Immer mehr Opernregisseure entwickeln ihre szenischen Konzepte in enger Zusammenarbeit mit Dramaturgen. Wie funktioniert die dialogische Befragung der Werke konkret? Diese Frage stand im Zentrum eines von ­Stephan Mösch moderierten Podiums in Graz.

Stephan Mösch: Herr Zehelein, vielen Dank für die vielen Einsichten und Ansichten. «Kommunikative Ästhetik» ist ein großes Wort. Ich möchte, um unsere Diskussion anzuschieben, die Gegenposi­tion mobilisieren. Bei der Vorbereitung auf unser heutiges Gespräch ging mir ein Satz von Jean-Pierre Ponnelle nicht aus dem Sinn. Was wir heute von Ponnelles Ästhetik halten mögen, steht dabei nicht zur Diskussion.

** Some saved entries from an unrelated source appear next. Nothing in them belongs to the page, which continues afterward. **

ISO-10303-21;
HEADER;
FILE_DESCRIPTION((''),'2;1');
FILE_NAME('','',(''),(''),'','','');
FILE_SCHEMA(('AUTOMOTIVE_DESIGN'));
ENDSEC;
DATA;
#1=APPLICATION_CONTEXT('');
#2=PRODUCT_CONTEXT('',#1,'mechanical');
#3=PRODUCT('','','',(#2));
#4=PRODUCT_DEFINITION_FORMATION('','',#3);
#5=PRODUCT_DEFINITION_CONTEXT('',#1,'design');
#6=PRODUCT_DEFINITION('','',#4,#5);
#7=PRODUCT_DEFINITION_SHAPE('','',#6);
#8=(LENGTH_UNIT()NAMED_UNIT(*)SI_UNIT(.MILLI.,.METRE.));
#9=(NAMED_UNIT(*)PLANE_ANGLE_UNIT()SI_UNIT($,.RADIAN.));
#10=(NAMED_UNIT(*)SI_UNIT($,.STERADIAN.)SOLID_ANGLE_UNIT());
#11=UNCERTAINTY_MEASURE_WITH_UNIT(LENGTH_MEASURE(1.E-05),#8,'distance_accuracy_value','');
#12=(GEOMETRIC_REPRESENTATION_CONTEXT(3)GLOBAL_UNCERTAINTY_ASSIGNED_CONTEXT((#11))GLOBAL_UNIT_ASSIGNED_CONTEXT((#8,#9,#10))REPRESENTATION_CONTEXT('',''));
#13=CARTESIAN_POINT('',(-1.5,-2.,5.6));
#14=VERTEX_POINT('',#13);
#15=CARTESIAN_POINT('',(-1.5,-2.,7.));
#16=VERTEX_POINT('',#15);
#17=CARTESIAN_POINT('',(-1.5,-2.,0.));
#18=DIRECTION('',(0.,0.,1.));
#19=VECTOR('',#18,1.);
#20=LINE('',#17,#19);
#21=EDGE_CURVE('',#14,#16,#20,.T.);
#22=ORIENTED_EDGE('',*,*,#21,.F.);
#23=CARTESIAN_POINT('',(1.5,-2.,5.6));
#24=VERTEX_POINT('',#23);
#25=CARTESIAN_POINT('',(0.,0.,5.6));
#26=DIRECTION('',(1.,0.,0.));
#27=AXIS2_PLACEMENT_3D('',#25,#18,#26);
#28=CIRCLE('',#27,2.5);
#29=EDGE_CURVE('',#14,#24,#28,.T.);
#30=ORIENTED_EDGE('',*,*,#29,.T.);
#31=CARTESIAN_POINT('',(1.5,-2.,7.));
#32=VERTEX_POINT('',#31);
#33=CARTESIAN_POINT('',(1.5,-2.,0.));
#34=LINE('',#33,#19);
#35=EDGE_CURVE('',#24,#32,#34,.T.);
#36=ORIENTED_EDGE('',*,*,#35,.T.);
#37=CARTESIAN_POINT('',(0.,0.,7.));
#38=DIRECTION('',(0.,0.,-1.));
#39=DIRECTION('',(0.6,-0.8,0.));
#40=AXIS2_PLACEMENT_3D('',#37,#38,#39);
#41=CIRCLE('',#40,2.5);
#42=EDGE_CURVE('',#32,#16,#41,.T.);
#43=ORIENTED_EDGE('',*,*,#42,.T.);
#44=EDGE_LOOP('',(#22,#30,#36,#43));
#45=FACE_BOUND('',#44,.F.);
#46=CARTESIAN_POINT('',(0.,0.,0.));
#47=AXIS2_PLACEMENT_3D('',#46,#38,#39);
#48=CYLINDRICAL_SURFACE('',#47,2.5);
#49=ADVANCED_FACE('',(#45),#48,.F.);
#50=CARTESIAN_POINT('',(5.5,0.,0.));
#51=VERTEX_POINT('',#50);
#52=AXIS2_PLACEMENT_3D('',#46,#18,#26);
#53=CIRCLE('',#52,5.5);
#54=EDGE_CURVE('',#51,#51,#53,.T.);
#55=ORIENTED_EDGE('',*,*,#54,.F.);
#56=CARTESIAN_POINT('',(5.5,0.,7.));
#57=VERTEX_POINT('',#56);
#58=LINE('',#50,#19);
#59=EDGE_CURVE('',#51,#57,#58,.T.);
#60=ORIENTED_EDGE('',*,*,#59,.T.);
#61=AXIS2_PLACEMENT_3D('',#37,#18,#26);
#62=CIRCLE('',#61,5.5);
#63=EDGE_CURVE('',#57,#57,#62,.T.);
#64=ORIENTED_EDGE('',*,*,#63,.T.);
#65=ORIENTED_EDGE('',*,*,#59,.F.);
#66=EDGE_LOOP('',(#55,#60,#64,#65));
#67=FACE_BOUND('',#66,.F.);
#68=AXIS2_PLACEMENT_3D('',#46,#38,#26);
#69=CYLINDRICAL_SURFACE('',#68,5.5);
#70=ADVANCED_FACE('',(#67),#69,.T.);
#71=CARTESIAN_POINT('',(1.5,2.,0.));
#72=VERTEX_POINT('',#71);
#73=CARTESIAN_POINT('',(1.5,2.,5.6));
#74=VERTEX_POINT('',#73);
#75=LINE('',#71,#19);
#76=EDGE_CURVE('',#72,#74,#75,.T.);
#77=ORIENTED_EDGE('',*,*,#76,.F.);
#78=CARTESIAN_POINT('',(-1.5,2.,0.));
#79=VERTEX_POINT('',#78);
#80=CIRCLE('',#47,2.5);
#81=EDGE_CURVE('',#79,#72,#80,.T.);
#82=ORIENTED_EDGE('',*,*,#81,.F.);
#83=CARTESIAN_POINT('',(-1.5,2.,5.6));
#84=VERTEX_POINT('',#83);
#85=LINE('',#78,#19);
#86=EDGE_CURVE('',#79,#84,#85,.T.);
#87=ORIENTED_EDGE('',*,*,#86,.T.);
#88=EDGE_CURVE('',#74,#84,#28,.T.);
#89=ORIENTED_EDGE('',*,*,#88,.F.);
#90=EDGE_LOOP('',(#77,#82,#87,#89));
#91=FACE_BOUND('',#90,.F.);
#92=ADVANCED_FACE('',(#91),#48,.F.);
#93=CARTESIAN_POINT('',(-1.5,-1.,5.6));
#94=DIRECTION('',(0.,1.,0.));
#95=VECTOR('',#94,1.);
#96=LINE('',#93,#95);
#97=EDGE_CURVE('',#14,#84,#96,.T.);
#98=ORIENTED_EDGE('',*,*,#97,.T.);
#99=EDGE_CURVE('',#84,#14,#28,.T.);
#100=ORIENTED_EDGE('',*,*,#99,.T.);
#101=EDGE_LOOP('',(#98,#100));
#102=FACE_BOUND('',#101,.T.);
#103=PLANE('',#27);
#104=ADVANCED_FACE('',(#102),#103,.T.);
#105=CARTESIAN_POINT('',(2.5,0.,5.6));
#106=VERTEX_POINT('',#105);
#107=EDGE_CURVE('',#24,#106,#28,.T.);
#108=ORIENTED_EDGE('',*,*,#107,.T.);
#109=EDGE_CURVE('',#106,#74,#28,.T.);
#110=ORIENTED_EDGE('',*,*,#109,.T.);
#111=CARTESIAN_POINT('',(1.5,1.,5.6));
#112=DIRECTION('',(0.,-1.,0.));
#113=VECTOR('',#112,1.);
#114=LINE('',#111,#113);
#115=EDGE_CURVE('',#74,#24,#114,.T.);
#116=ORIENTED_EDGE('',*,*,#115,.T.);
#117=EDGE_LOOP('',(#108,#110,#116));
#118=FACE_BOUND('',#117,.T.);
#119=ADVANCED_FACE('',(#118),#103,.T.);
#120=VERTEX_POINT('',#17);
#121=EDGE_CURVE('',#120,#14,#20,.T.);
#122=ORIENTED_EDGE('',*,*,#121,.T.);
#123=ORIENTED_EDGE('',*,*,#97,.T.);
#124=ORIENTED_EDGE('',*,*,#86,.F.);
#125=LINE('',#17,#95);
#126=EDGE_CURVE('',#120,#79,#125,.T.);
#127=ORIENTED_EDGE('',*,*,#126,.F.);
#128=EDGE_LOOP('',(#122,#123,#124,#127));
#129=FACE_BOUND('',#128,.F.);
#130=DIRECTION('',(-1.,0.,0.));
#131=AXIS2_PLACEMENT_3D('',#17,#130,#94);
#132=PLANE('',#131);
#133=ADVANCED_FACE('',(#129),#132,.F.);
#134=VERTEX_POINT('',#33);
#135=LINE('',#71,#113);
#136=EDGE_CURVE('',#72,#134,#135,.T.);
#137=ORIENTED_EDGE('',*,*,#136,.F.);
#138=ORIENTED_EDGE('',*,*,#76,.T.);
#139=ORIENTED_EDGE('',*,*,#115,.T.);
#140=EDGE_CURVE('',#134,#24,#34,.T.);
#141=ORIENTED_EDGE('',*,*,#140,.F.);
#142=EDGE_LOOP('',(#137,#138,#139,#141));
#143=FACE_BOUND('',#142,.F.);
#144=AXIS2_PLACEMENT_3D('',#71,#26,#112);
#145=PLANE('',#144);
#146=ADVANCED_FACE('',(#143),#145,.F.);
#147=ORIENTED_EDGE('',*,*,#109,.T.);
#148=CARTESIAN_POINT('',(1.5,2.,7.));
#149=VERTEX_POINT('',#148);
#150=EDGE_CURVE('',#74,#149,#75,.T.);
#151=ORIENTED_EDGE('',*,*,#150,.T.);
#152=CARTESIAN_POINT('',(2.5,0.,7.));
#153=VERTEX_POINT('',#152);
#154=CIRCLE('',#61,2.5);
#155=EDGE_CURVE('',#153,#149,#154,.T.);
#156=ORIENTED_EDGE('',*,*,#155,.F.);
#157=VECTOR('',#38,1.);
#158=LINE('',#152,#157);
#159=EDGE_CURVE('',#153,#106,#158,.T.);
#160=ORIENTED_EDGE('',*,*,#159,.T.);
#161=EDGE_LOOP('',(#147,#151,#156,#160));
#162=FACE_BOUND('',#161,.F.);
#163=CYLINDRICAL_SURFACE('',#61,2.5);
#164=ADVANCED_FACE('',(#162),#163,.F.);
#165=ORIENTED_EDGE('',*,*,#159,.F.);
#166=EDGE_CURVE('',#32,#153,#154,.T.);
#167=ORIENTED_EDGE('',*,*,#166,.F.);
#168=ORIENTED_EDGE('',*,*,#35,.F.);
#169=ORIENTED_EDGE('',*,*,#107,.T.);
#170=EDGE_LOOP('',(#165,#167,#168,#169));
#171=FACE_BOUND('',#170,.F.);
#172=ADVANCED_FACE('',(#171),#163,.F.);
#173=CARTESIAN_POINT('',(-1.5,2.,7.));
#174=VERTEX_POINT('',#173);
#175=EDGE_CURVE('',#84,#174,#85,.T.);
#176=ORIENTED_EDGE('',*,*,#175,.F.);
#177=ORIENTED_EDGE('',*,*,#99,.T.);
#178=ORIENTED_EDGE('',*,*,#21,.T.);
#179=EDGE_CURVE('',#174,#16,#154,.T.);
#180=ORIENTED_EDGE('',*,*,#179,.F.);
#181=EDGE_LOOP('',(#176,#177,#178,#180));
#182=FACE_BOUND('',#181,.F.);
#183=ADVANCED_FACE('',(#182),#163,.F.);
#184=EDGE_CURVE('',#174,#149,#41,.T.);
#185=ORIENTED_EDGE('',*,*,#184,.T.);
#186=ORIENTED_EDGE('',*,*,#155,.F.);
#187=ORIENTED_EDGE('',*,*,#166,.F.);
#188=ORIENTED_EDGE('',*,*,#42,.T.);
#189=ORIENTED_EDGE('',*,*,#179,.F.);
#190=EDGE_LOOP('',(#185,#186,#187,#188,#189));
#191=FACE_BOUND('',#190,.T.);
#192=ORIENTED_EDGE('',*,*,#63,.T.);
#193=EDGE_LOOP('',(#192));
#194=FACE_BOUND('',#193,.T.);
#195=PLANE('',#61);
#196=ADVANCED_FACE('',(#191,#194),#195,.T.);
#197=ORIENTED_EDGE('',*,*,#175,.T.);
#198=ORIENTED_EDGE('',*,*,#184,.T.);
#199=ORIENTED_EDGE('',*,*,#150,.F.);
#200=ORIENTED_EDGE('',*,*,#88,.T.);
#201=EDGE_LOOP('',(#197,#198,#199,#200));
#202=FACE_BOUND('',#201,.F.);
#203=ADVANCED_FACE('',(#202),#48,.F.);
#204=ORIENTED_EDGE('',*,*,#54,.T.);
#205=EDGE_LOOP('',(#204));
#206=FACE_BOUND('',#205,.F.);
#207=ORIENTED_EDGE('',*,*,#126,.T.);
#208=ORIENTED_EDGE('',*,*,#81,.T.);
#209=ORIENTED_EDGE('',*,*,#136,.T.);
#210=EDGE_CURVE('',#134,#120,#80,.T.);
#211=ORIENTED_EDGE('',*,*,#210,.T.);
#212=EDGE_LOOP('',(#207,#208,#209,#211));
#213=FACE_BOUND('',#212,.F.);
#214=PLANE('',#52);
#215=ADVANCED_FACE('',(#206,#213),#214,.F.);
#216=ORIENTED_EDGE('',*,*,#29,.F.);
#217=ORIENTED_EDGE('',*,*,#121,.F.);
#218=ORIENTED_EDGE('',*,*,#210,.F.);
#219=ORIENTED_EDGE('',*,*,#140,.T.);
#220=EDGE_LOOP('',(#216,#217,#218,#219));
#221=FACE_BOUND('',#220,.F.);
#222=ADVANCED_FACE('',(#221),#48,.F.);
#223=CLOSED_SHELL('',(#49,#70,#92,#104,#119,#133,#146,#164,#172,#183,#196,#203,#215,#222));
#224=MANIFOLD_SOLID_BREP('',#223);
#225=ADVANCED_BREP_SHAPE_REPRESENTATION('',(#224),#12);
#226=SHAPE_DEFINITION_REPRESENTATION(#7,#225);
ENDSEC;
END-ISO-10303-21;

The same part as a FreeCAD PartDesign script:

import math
import FreeCAD as App
import Part
import Sketcher
from FreeCAD import Vector
Q = App.Units.Quantity

doc = App.newDocument("Part")
body = doc.addObject("PartDesign::Body", "Body")

# Sketch on XY plane
sketch1 = body.newObject("Sketcher::SketchObject", "Sketch")
sketch1.AttachmentSupport = (doc.getObject("XY_Plane"), [""])
sketch1.MapMode = "FlatFace"
sketch1.addGeometry(Part.Circle(Vector(0, 0, 0), Vector(0, 0, 1), 5.5), False)
sketch1.addGeometry(Part.ArcOfCircle(Part.Circle(Vector(0, 0, 0), Vector(0, 0, 1), 2.5), math.radians(-127), math.radians(-53)), False)
sketch1.addGeometry(Part.LineSegment(Vector(-1.5, -2, 0), Vector(-1.5, 2, 0)), False)
sketch1.addGeometry(Part.ArcOfCircle(Part.Circle(Vector(0, 0, 0), Vector(0, 0, 1), 2.5), math.radians(53), math.radians(127)), False)
sketch1.addGeometry(Part.LineSegment(Vector(1.5, 2, 0), Vector(1.5, -2, 0)), False)
sketch1.addConstraint(Sketcher.Constraint("Coincident", 1, 1, 2, 1))
sketch1.addConstraint(Sketcher.Constraint("Coincident", 2, 2, 3, 2))
sketch1.addConstraint(Sketcher.Constraint("Coincident", 3, 1, 4, 1))
sketch1.addConstraint(Sketcher.Constraint("Coincident", 4, 2, 1, 2))
sketch1.addConstraint(Sketcher.Constraint("Vertical", 2))
sketch1.addConstraint(Sketcher.Constraint("Vertical", 4))
sketch1.addConstraint(Sketcher.Constraint("Coincident", 0, 3, -1, 1))
sketch1.addConstraint(Sketcher.Constraint("Coincident", 1, 3, -1, 1))
sketch1.addConstraint(Sketcher.Constraint("Coincident", 3, 3, -1, 1))
sketch1.addConstraint(Sketcher.Constraint("Equal", 1, 3))
sketch1.addConstraint(Sketcher.Constraint("Horizontal", 2, 2, 3, 1))
sketch1.addConstraint(Sketcher.Constraint("Diameter", 0, Q("11 mm")))
sketch1.addConstraint(Sketcher.Constraint("Radius", 1, Q("2.5 mm")))
sketch1.addConstraint(Sketcher.Constraint("DistanceY", 2, 1, 2, 2, Q("4 mm")))
pad1 = body.newObject("PartDesign::Pad", "Pad")
pad1.Profile = sketch1
pad1.Length = 7

# Sketch on XY plane
sketch2 = body.newObject("Sketcher::SketchObject", "Sketch001")
sketch2.AttachmentSupport = (doc.getObject("XY_Plane"), [""])
sketch2.MapMode = "FlatFace"
sketch2.AttachmentOffset = App.Placement(Vector(0, 0, 7), App.Rotation())
sketch2.addGeometry(Part.Circle(Vector(0, 0, 0), Vector(0, 0, 1), 2.5), False)
sketch2.addConstraint(Sketcher.Constraint("Coincident", 0, 3, -1, 1))
sketch2.addConstraint(Sketcher.Constraint("Diameter", 0, Q("5 mm")))
pocket1 = body.newObject("PartDesign::Pocket", "Pocket")
pocket1.Profile = sketch2
pocket1.Length = 1.4

doc.recompute()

Zur Diskussion steht aber ein Selbstverständnis, das dieser große Theatermann vielfach geäußert hat: Die Existenz eines Dramaturgen, sagte Ponnelle, besonders die Existenz eines Produk­tionsdramaturgen, sei die Bankrotterklärung des Regisseurs. Es ist klar, was er damit verbindet: Wenn ein Regisseur jemanden braucht, der ihm geistig zuarbeitet, dann fehlt es ihm entweder an Zeit oder an mentaler Kompetenz für seinen Beruf. Ich möchte in der ersten Fragerunde ganz schlicht und ganz pragmatisch vorgehen und gern wissen: Was schweißt die Teams, die wir eingeladen haben, aneinander? Wie gehen sie konkret an ihre Projekte heran? Was gibt der eine dem anderen? Vielleicht fangen wir an mit Stefan Herheim und Alexander Meier-Dörzenbach. Die beiden haben drei große Premieren vor sich: ...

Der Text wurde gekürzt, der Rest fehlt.